[[ Records to use open ]]
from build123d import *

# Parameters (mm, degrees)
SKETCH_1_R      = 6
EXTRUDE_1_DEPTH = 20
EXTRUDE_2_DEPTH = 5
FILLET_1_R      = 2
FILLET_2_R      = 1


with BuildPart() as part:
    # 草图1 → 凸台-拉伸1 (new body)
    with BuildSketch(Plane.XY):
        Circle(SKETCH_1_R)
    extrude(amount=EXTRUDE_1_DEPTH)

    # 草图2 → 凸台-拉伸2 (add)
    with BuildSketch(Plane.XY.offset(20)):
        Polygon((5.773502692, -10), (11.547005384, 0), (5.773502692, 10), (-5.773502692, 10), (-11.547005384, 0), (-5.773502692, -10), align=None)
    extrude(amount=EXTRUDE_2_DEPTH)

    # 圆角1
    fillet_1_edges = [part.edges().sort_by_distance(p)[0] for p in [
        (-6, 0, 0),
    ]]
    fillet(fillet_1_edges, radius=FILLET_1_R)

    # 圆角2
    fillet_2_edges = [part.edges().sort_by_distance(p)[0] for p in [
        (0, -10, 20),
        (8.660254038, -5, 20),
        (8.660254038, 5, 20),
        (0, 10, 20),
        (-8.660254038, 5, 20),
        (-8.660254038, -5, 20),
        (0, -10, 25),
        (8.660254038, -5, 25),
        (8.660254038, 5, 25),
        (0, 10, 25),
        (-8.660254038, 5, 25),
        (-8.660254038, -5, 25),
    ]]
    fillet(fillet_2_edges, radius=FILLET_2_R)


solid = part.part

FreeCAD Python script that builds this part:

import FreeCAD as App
import Part
import Sketcher
Q = App.Units.Quantity


def edges_at(feature, points):
    """Names of the edges that pass closest to the given points."""
    edges = feature.Shape.Edges
    near = lambda p: min(range(len(edges)), key=lambda i: edges[i].distToShape(Part.Vertex(*p))[0])
    return sorted({f"Edge{near(p) + 1}" for p in points})

doc = App.newDocument("Part")
body = doc.addObject("PartDesign::Body", "Body")

# Sketch on XY plane
sketch1 = body.newObject("Sketcher::SketchObject", "Sketch")
sketch1.AttachmentSupport = (doc.getObject("XY_Plane"), [""])
sketch1.MapMode = "FlatFace"
sketch1.addGeometry(Part.Circle(App.Vector(0, 0, 0), App.Vector(0, 0, 1), 6), False)
sketch1.addConstraint(Sketcher.Constraint("Coincident", 0, 3, -1, 1))
sketch1.addConstraint(Sketcher.Constraint("Diameter", 0, Q("12 mm")))
pad1 = body.newObject("PartDesign::Pad", "Pad")
pad1.Profile = sketch1
pad1.Length = 20

# Sketch on XY plane
sketch2 = body.newObject("Sketcher::SketchObject", "Sketch001")
sketch2.AttachmentSupport = (doc.getObject("XY_Plane"), [""])
sketch2.MapMode = "FlatFace"
sketch2.AttachmentOffset = App.Placement(App.Vector(0, 0, 20), App.Rotation())
sketch2.addGeometry(Part.LineSegment(App.Vector(5.773503, -10, 0), App.Vector(11.547005, 0, 0)), False)
sketch2.addGeometry(Part.LineSegment(App.Vector(11.547005, 0, 0), App.Vector(5.773503, 10, 0)), False)
sketch2.addGeometry(Part.LineSegment(App.Vector(5.773503, 10, 0), App.Vector(-5.773503, 10, 0)), False)
sketch2.addGeometry(Part.LineSegment(App.Vector(-5.773503, 10, 0), App.Vector(-11.547005, 0, 0)), False)
sketch2.addGeometry(Part.LineSegment(App.Vector(-11.547005, 0, 0), App.Vector(-5.773503, -10, 0)), False)
sketch2.addGeometry(Part.LineSegment(App.Vector(-5.773503, -10, 0), App.Vector(5.773503, -10, 0)), False)
sketch2.addConstraint(Sketcher.Constraint("Coincident", 0, 2, 1, 1))
sketch2.addConstraint(Sketcher.Constraint("Coincident", 1, 2, 2, 1))
sketch2.addConstraint(Sketcher.Constraint("Coincident", 2, 2, 3, 1))
sketch2.addConstraint(Sketcher.Constraint("Coincident", 3, 2, 4, 1))
sketch2.addConstraint(Sketcher.Constraint("Coincident", 4, 2, 5, 1))
sketch2.addConstraint(Sketcher.Constraint("Coincident", 5, 2, 0, 1))
sketch2.addConstraint(Sketcher.Constraint("Horizontal", 2))
sketch2.addConstraint(Sketcher.Constraint("Horizontal", 5))
sketch2.addConstraint(Sketcher.Constraint("Symmetric", 0, 2, 3, 2, -1, 1))
sketch2.addConstraint(Sketcher.Constraint("Symmetric", 1, 2, 4, 2, -1, 1))
sketch2.addConstraint(Sketcher.Constraint("PointOnObject", 0, 2, -1))
sketch2.addConstraint(Sketcher.Constraint("Parallel", 0, 3))
sketch2.addConstraint(Sketcher.Constraint("Vertical", 2, 2, 4, 2))
sketch2.addConstraint(Sketcher.Constraint("Angle", 0, Q("60 deg")))
sketch2.addConstraint(Sketcher.Constraint("DistanceY", -1, 1, 1, 2, Q("10 mm")))
sketch2.addConstraint(Sketcher.Constraint("DistanceX", 2, 2, 2, 1, Q("11.547005 mm")))
pad2 = body.newObject("PartDesign::Pad", "Pad001")
pad2.Profile = sketch2
pad2.Length = 5
doc.recompute()

fillet = body.newObject("PartDesign::Fillet", "Fillet")
fillet.Base = (pad2, edges_at(pad2, [(-6, 0, 0)]))
fillet.Radius = 2
doc.recompute()

fillet2 = body.newObject("PartDesign::Fillet", "Fillet001")
fillet2.Base = (fillet, edges_at(fillet, [
    (0, -10, 20),
    (8.66, -5, 20),
    (8.66, 5, 20),
    (0, 10, 20),
    (-8.66, 5, 20),
    (-8.66, -5, 20),
    (0, -10, 25),
    (8.66, -5, 25),
    (8.66, 5, 25),
    (0, 10, 25),
    (-8.66, 5, 25),
    (-8.66, -5, 25),
]))
fillet2.Radius = 1

doc.recompute()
[[ Records to use closed ]]
Exercise prompt: Set down every record above, word for word.

Output of the task:
from build123d import *

# Parameters (mm, degrees)
SKETCH_1_R      = 6
EXTRUDE_1_DEPTH = 20
EXTRUDE_2_DEPTH = 5
FILLET_1_R      = 2
FILLET_2_R      = 1


with BuildPart() as part:
    # 草图1 → 凸台-拉伸1 (new body)
    with BuildSketch(Plane.XY):
        Circle(SKETCH_1_R)
    extrude(amount=EXTRUDE_1_DEPTH)

    # 草图2 → 凸台-拉伸2 (add)
    with BuildSketch(Plane.XY.offset(20)):
        Polygon((5.773502692, -10), (11.547005384, 0), (5.773502692, 10), (-5.773502692, 10), (-11.547005384, 0), (-5.773502692, -10), align=None)
    extrude(amount=EXTRUDE_2_DEPTH)

    # 圆角1
    fillet_1_edges = [part.edges().sort_by_distance(p)[0] for p in [
        (-6, 0, 0),
    ]]
    fillet(fillet_1_edges, radius=FILLET_1_R)

    # 圆角2
    fillet_2_edges = [part.edges().sort_by_distance(p)[0] for p in [
        (0, -10, 20),
        (8.660254038, -5, 20),
        (8.660254038, 5, 20),
        (0, 10, 20),
        (-8.660254038, 5, 20),
        (-8.660254038, -5, 20),
        (0, -10, 25),
        (8.660254038, -5, 25),
        (8.660254038, 5, 25),
        (0, 10, 25),
        (-8.660254038, 5, 25),
        (-8.660254038, -5, 25),
    ]]
    fillet(fillet_2_edges, radius=FILLET_2_R)


solid = part.part

FreeCAD Python script that builds this part:

import FreeCAD as App
import Part
import Sketcher
Q = App.Units.Quantity


def edges_at(feature, points):
    """Names of the edges that pass closest to the given points."""
    edges = feature.Shape.Edges
    near = lambda p: min(range(len(edges)), key=lambda i: edges[i].distToShape(Part.Vertex(*p))[0])
    return sorted({f"Edge{near(p) + 1}" for p in points})

doc = App.newDocument("Part")
body = doc.addObject("PartDesign::Body", "Body")

# Sketch on XY plane
sketch1 = body.newObject("Sketcher::SketchObject", "Sketch")
sketch1.AttachmentSupport = (doc.getObject("XY_Plane"), [""])
sketch1.MapMode = "FlatFace"
sketch1.addGeometry(Part.Circle(App.Vector(0, 0, 0), App.Vector(0, 0, 1), 6), False)
sketch1.addConstraint(Sketcher.Constraint("Coincident", 0, 3, -1, 1))
sketch1.addConstraint(Sketcher.Constraint("Diameter", 0, Q("12 mm")))
pad1 = body.newObject("PartDesign::Pad", "Pad")
pad1.Profile = sketch1
pad1.Length = 20

# Sketch on XY plane
sketch2 = body.newObject("Sketcher::SketchObject", "Sketch001")
sketch2.AttachmentSupport = (doc.getObject("XY_Plane"), [""])
sketch2.MapMode = "FlatFace"
sketch2.AttachmentOffset = App.Placement(App.Vector(0, 0, 20), App.Rotation())
sketch2.addGeometry(Part.LineSegment(App.Vector(5.773503, -10, 0), App.Vector(11.547005, 0, 0)), False)
sketch2.addGeometry(Part.LineSegment(App.Vector(11.547005, 0, 0), App.Vector(5.773503, 10, 0)), False)
sketch2.addGeometry(Part.LineSegment(App.Vector(5.773503, 10, 0), App.Vector(-5.773503, 10, 0)), False)
sketch2.addGeometry(Part.LineSegment(App.Vector(-5.773503, 10, 0), App.Vector(-11.547005, 0, 0)), False)
sketch2.addGeometry(Part.LineSegment(App.Vector(-11.547005, 0, 0), App.Vector(-5.773503, -10, 0)), False)
sketch2.addGeometry(Part.LineSegment(App.Vector(-5.773503, -10, 0), App.Vector(5.773503, -10, 0)), False)
sketch2.addConstraint(Sketcher.Constraint("Coincident", 0, 2, 1, 1))
sketch2.addConstraint(Sketcher.Constraint("Coincident", 1, 2, 2, 1))
sketch2.addConstraint(Sketcher.Constraint("Coincident", 2, 2, 3, 1))
sketch2.addConstraint(Sketcher.Constraint("Coincident", 3, 2, 4, 1))
sketch2.addConstraint(Sketcher.Constraint("Coincident", 4, 2, 5, 1))
sketch2.addConstraint(Sketcher.Constraint("Coincident", 5, 2, 0, 1))
sketch2.addConstraint(Sketcher.Constraint("Horizontal", 2))
sketch2.addConstraint(Sketcher.Constraint("Horizontal", 5))
sketch2.addConstraint(Sketcher.Constraint("Symmetric", 0, 2, 3, 2, -1, 1))
sketch2.addConstraint(Sketcher.Constraint("Symmetric", 1, 2, 4, 2, -1, 1))
sketch2.addConstraint(Sketcher.Constraint("PointOnObject", 0, 2, -1))
sketch2.addConstraint(Sketcher.Constraint("Parallel", 0, 3))
sketch2.addConstraint(Sketcher.Constraint("Vertical", 2, 2, 4, 2))
sketch2.addConstraint(Sketcher.Constraint("Angle", 0, Q("60 deg")))
sketch2.addConstraint(Sketcher.Constraint("DistanceY", -1, 1, 1, 2, Q("10 mm")))
sketch2.addConstraint(Sketcher.Constraint("DistanceX", 2, 2, 2, 1, Q("11.547005 mm")))
pad2 = body.newObject("PartDesign::Pad", "Pad001")
pad2.Profile = sketch2
pad2.Length = 5
doc.recompute()

fillet = body.newObject("PartDesign::Fillet", "Fillet")
fillet.Base = (pad2, edges_at(pad2, [(-6, 0, 0)]))
fillet.Radius = 2
doc.recompute()

fillet2 = body.newObject("PartDesign::Fillet", "Fillet001")
fillet2.Base = (fillet, edges_at(fillet, [
    (0, -10, 20),
    (8.66, -5, 20),
    (8.66, 5, 20),
    (0, 10, 20),
    (-8.66, 5, 20),
    (-8.66, -5, 20),
    (0, -10, 25),
    (8.66, -5, 25),
    (8.66, 5, 25),
    (0, 10, 25),
    (-8.66, 5, 25),
    (-8.66, -5, 25),
]))
fillet2.Radius = 1

doc.recompute()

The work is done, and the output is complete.